Lister Hill National Center for Biomedical Communications, U.S. National Library of Medicine, Bethesda, MD, USA.
AMIA Annu Symp Proc. 2024 Jan 11;2023:369-378. eCollection 2023.
Search for information is now an integral part of healthcare. Searches are enabled by search engines whose objective is to efficiently retrieve the relevant information for the user query. When it comes to retrieving biomedical text and literature, Essie search engine developed at the National Library of Medicine (NLM) performs exceptionally well. However, Essie is a software system developed for NLM that has ceased development and support. On the other hand, Solr is a popular opensource enterprise search engine used by many of the world's largest internet sites, offering continuous developments and improvements along with the state-of-the-art features. In this paper, we present our approach to porting the key features of Essie and developing custom components to be used in Solr. We demonstrate the effectiveness of the added components on three benchmark biomedical datasets. The custom components may aid the community in improving search methods for biomedical text retrieval.

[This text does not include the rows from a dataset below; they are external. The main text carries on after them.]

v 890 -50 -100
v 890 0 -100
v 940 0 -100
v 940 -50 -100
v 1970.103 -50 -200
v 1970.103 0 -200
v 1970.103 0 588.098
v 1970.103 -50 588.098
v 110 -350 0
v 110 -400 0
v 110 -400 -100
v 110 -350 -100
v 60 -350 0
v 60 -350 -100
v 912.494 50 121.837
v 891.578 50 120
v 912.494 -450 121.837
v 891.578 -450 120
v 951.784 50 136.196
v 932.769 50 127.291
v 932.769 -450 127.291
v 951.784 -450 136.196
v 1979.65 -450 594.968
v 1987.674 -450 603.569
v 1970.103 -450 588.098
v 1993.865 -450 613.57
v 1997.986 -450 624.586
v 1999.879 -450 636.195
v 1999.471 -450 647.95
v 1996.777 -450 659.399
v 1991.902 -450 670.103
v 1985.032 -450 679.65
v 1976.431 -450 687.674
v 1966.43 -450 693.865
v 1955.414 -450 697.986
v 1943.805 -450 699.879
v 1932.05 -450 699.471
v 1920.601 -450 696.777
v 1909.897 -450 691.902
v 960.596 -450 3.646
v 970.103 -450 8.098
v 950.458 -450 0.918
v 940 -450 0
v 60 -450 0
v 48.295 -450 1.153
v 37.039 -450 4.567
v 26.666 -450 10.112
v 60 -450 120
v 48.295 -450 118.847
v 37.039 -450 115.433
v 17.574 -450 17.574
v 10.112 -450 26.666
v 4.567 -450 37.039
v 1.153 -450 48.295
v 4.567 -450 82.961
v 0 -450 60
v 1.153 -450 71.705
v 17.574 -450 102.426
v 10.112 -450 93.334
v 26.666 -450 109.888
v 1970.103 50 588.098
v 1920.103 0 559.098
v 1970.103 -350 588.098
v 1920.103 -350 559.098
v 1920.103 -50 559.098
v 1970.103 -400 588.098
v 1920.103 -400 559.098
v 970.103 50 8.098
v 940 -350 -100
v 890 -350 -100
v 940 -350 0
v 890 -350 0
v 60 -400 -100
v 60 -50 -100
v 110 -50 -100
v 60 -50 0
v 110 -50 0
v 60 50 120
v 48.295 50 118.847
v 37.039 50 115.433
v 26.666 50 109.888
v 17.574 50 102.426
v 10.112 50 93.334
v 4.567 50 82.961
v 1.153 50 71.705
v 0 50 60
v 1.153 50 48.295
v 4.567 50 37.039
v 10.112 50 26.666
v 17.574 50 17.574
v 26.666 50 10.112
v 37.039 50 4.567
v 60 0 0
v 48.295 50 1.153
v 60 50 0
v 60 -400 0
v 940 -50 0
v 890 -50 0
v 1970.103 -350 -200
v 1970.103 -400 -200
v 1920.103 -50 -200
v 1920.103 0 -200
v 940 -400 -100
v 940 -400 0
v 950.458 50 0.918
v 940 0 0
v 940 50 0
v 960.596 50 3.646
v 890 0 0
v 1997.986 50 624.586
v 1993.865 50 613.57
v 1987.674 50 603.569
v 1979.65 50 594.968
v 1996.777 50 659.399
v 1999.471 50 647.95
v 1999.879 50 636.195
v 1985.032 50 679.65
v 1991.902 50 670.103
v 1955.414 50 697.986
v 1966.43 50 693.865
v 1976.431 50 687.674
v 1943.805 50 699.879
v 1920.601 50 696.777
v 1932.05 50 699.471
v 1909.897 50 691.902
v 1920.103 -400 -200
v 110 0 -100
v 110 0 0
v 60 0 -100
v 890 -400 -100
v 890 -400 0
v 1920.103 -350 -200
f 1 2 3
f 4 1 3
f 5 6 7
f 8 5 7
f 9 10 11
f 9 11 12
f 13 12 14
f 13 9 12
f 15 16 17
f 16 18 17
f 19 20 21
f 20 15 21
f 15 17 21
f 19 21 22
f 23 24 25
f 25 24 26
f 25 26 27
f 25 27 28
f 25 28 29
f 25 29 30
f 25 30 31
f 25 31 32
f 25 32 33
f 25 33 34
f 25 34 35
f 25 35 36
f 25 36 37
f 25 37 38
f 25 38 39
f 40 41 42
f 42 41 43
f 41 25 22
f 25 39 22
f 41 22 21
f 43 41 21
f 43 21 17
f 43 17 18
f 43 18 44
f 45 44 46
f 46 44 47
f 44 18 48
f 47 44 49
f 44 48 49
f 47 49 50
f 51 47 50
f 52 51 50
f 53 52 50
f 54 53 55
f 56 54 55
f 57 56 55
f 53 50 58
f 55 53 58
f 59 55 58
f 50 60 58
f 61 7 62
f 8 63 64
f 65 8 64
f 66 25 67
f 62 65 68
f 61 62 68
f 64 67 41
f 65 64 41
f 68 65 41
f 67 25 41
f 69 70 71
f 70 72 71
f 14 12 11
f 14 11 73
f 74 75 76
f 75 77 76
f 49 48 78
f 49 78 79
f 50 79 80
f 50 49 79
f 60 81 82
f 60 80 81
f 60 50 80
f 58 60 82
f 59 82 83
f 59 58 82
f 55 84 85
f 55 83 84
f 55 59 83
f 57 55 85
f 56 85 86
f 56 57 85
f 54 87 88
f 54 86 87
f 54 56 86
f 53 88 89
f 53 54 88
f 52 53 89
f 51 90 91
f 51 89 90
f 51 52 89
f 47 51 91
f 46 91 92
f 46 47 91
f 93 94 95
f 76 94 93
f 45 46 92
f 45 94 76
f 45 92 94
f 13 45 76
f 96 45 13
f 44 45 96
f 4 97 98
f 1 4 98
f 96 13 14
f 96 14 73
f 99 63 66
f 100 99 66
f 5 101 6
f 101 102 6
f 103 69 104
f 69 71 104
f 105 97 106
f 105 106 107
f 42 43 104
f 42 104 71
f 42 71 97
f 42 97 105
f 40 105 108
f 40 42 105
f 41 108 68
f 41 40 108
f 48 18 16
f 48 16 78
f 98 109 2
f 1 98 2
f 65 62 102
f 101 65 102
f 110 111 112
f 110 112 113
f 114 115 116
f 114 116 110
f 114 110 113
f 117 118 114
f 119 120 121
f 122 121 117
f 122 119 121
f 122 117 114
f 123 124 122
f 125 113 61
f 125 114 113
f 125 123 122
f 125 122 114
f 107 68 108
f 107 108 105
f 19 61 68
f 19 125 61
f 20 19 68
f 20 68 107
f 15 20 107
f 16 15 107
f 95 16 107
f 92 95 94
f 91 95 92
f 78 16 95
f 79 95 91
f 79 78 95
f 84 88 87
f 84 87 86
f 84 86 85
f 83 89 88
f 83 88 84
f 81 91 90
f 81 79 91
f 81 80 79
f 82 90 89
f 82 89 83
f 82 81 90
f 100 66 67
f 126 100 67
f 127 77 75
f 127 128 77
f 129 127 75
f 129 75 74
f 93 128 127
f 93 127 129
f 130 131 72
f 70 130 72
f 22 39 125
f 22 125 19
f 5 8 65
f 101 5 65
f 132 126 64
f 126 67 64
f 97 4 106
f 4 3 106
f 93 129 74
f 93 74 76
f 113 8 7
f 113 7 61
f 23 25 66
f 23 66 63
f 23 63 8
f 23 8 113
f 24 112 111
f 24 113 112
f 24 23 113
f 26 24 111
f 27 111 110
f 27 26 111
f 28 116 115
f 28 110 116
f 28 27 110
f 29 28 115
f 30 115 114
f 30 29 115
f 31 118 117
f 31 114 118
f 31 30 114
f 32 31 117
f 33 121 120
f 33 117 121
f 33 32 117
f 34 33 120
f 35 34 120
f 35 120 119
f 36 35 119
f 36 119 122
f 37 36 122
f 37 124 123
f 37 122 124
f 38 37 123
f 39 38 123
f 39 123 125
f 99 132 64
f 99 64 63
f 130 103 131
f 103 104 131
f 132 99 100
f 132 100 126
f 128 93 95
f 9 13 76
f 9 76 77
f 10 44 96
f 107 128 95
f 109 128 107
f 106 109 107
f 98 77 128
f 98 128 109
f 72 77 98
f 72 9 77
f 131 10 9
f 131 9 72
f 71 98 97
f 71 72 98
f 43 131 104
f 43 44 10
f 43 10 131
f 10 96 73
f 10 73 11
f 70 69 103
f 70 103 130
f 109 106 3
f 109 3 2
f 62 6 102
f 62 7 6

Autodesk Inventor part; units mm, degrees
ref_plane "YZ Plane" through (0, 0, 0) normal (1, 0, 0) x (0, 1, 0)
ref_plane "XZ Plane" through (0, 0, 0) normal (0, 1, 0) x (-1, 0, 0)
ref_plane "XY Plane" through (0, 0, 0) normal (0, 0, 1) x (1, 0, 0)
sketch "Sketch1" plane through (0, 0, 0) normal (0, 1, 0) x (-1, 0, 0)
  line L0 (-60, 0) -> (-940, 0)
  line L1 (-891.5776, 120) -> (-60, 120)
  arc A0 (-60, 0) -> (-60, 120) centre (-60, 60) ccw
  line L2 (-60, 0) -> (-90, 0)
  arc A1 (-1909.8969, 691.9019) -> (-1970.1031, 588.0981) centre (-1940, 640) ccw
  line L3 (-1909.8969, 691.9019) -> (-951.7838, 136.1963)
  line L4 (-1970.1031, 588.0981) -> (-970.1031, 8.0981)
  arc A2 (-951.7838, 136.1963) -> (-891.5776, 120) centre (-891.5776, 240) ccw
  arc A3 (-970.1031, 8.0981) -> (-940, 0) centre (-940, 60) ccw
  line L5 (-60, 0) -> (-110, 0)
  line L6 (-110, 0) -> (-110, -100)
  line L7 (-110, -100) -> (-60, -100)
  line L8 (-60, -100) -> (-60, 0)
  line L9 (-940, 0) -> (-890, 0)
  line L10 (-890, 0) -> (-890, -100)
  line L11 (-890, -100) -> (-940, -100)
  line L12 (-940, -100) -> (-940, 0)
  line L13 (-1920.1031, 559.0981) -> (-1920.1031, -199.9999)
  line L14 (-1920.1031, -199.9999) -> (-1970.1031, -199.9999)
  line L15 (-1970.1031, -199.9999) -> (-1970.1031, 588.0981)
  point P0 (0, 0)
  dimension "d9" = 120
  dimension "d10" = 50
  dimension "d11" = 100
  dimension "d12" = 50
  dimension "d13" = 100
  dimension "d16" = 50
extrude "Extrusion1" add sketch "Sketch1" against normal blind 50 contours L8 L7 L6 L0 | L10 L11 L12 L0 | L4 L13 L14 L15
extrude "Extrusion2" add sketch "Sketch1" against normal blind 450 contours L0 A3 L4 A1 L3 A2 L1 A0
extrude "Extrusion3" add sketch "Sketch1" along normal blind 50 contours L0 A3 L4 A1 L3 A2 L1 A0
sketch "Sketch2" plane through (940, -450, 0) normal (0, 0, -1) x (-1, 0, 0)
  line L0 (880, 400) -> (880, 0) projected
  line L1 (880, 50) -> (830, 50)
  line L2 (830, 50) -> (830, 100)
  line L3 (830, 100) -> (880, 100)
  line L4 (880, 100) -> (880, 50)
  line L5 (0, 400) -> (0, 0) projected
  line L6 (0, 50) -> (50, 50)
  line L7 (50, 50) -> (50, 100)
  line L8 (50, 100) -> (0, 100)
  line L9 (0, 100) -> (0, 50)
  line L10 (-1030.1031, 50) -> (-980.1031, 50)
  line L11 (-980.1031, 50) -> (-980.1031, 100)
  line L12 (-980.1031, 100) -> (-1030.1031, 100)
  line L13 (-1030.1031, 100) -> (-1030.1031, 50)
  point P0 (940, 450)
  dimension "d24" = 50
  dimension "d25" = 50
  dimension "d26" = 50
  dimension "d27" = 50
  dimension "d28" = 50
  dimension "d29" = 50
extrude "Extrusion4" add sketch "Sketch2" along normal blind 100 contours L0 L1 L2 L3 | L8 L7 L6 L5
extrude "Extrusion5" add sketch "Sketch2" along normal blind 200 contours L13 L12 L11 L10
extrude "Extrusion6" add sketch "Sketch2" against normal blind 600 contours L13 L12 L11 L10
properties part number "FirstConveyor"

搜索信息现在是医疗保健的一个组成部分。搜索是由搜索引擎实现的,其目标是为用户查询有效地检索相关信息。在检索生物医学文本和文献方面,美国国家医学图书馆(NLM)开发的 Essie 搜索引擎表现得非常出色。然而,Essie 是一个专为 NLM 开发的软件系统,已经停止了开发和支持。另一方面,Solr 是一个流行的开源企业搜索引擎,被许多世界上最大的互联网网站使用,提供持续的发展和改进,以及最先进的功能。在本文中,我们介绍了将 Essie 的关键特性移植到 Solr 并开发自定义组件的方法。我们在三个基准生物医学数据集上展示了添加组件的有效性。这些自定义组件可以帮助社区改进生物医学文本检索的搜索方法。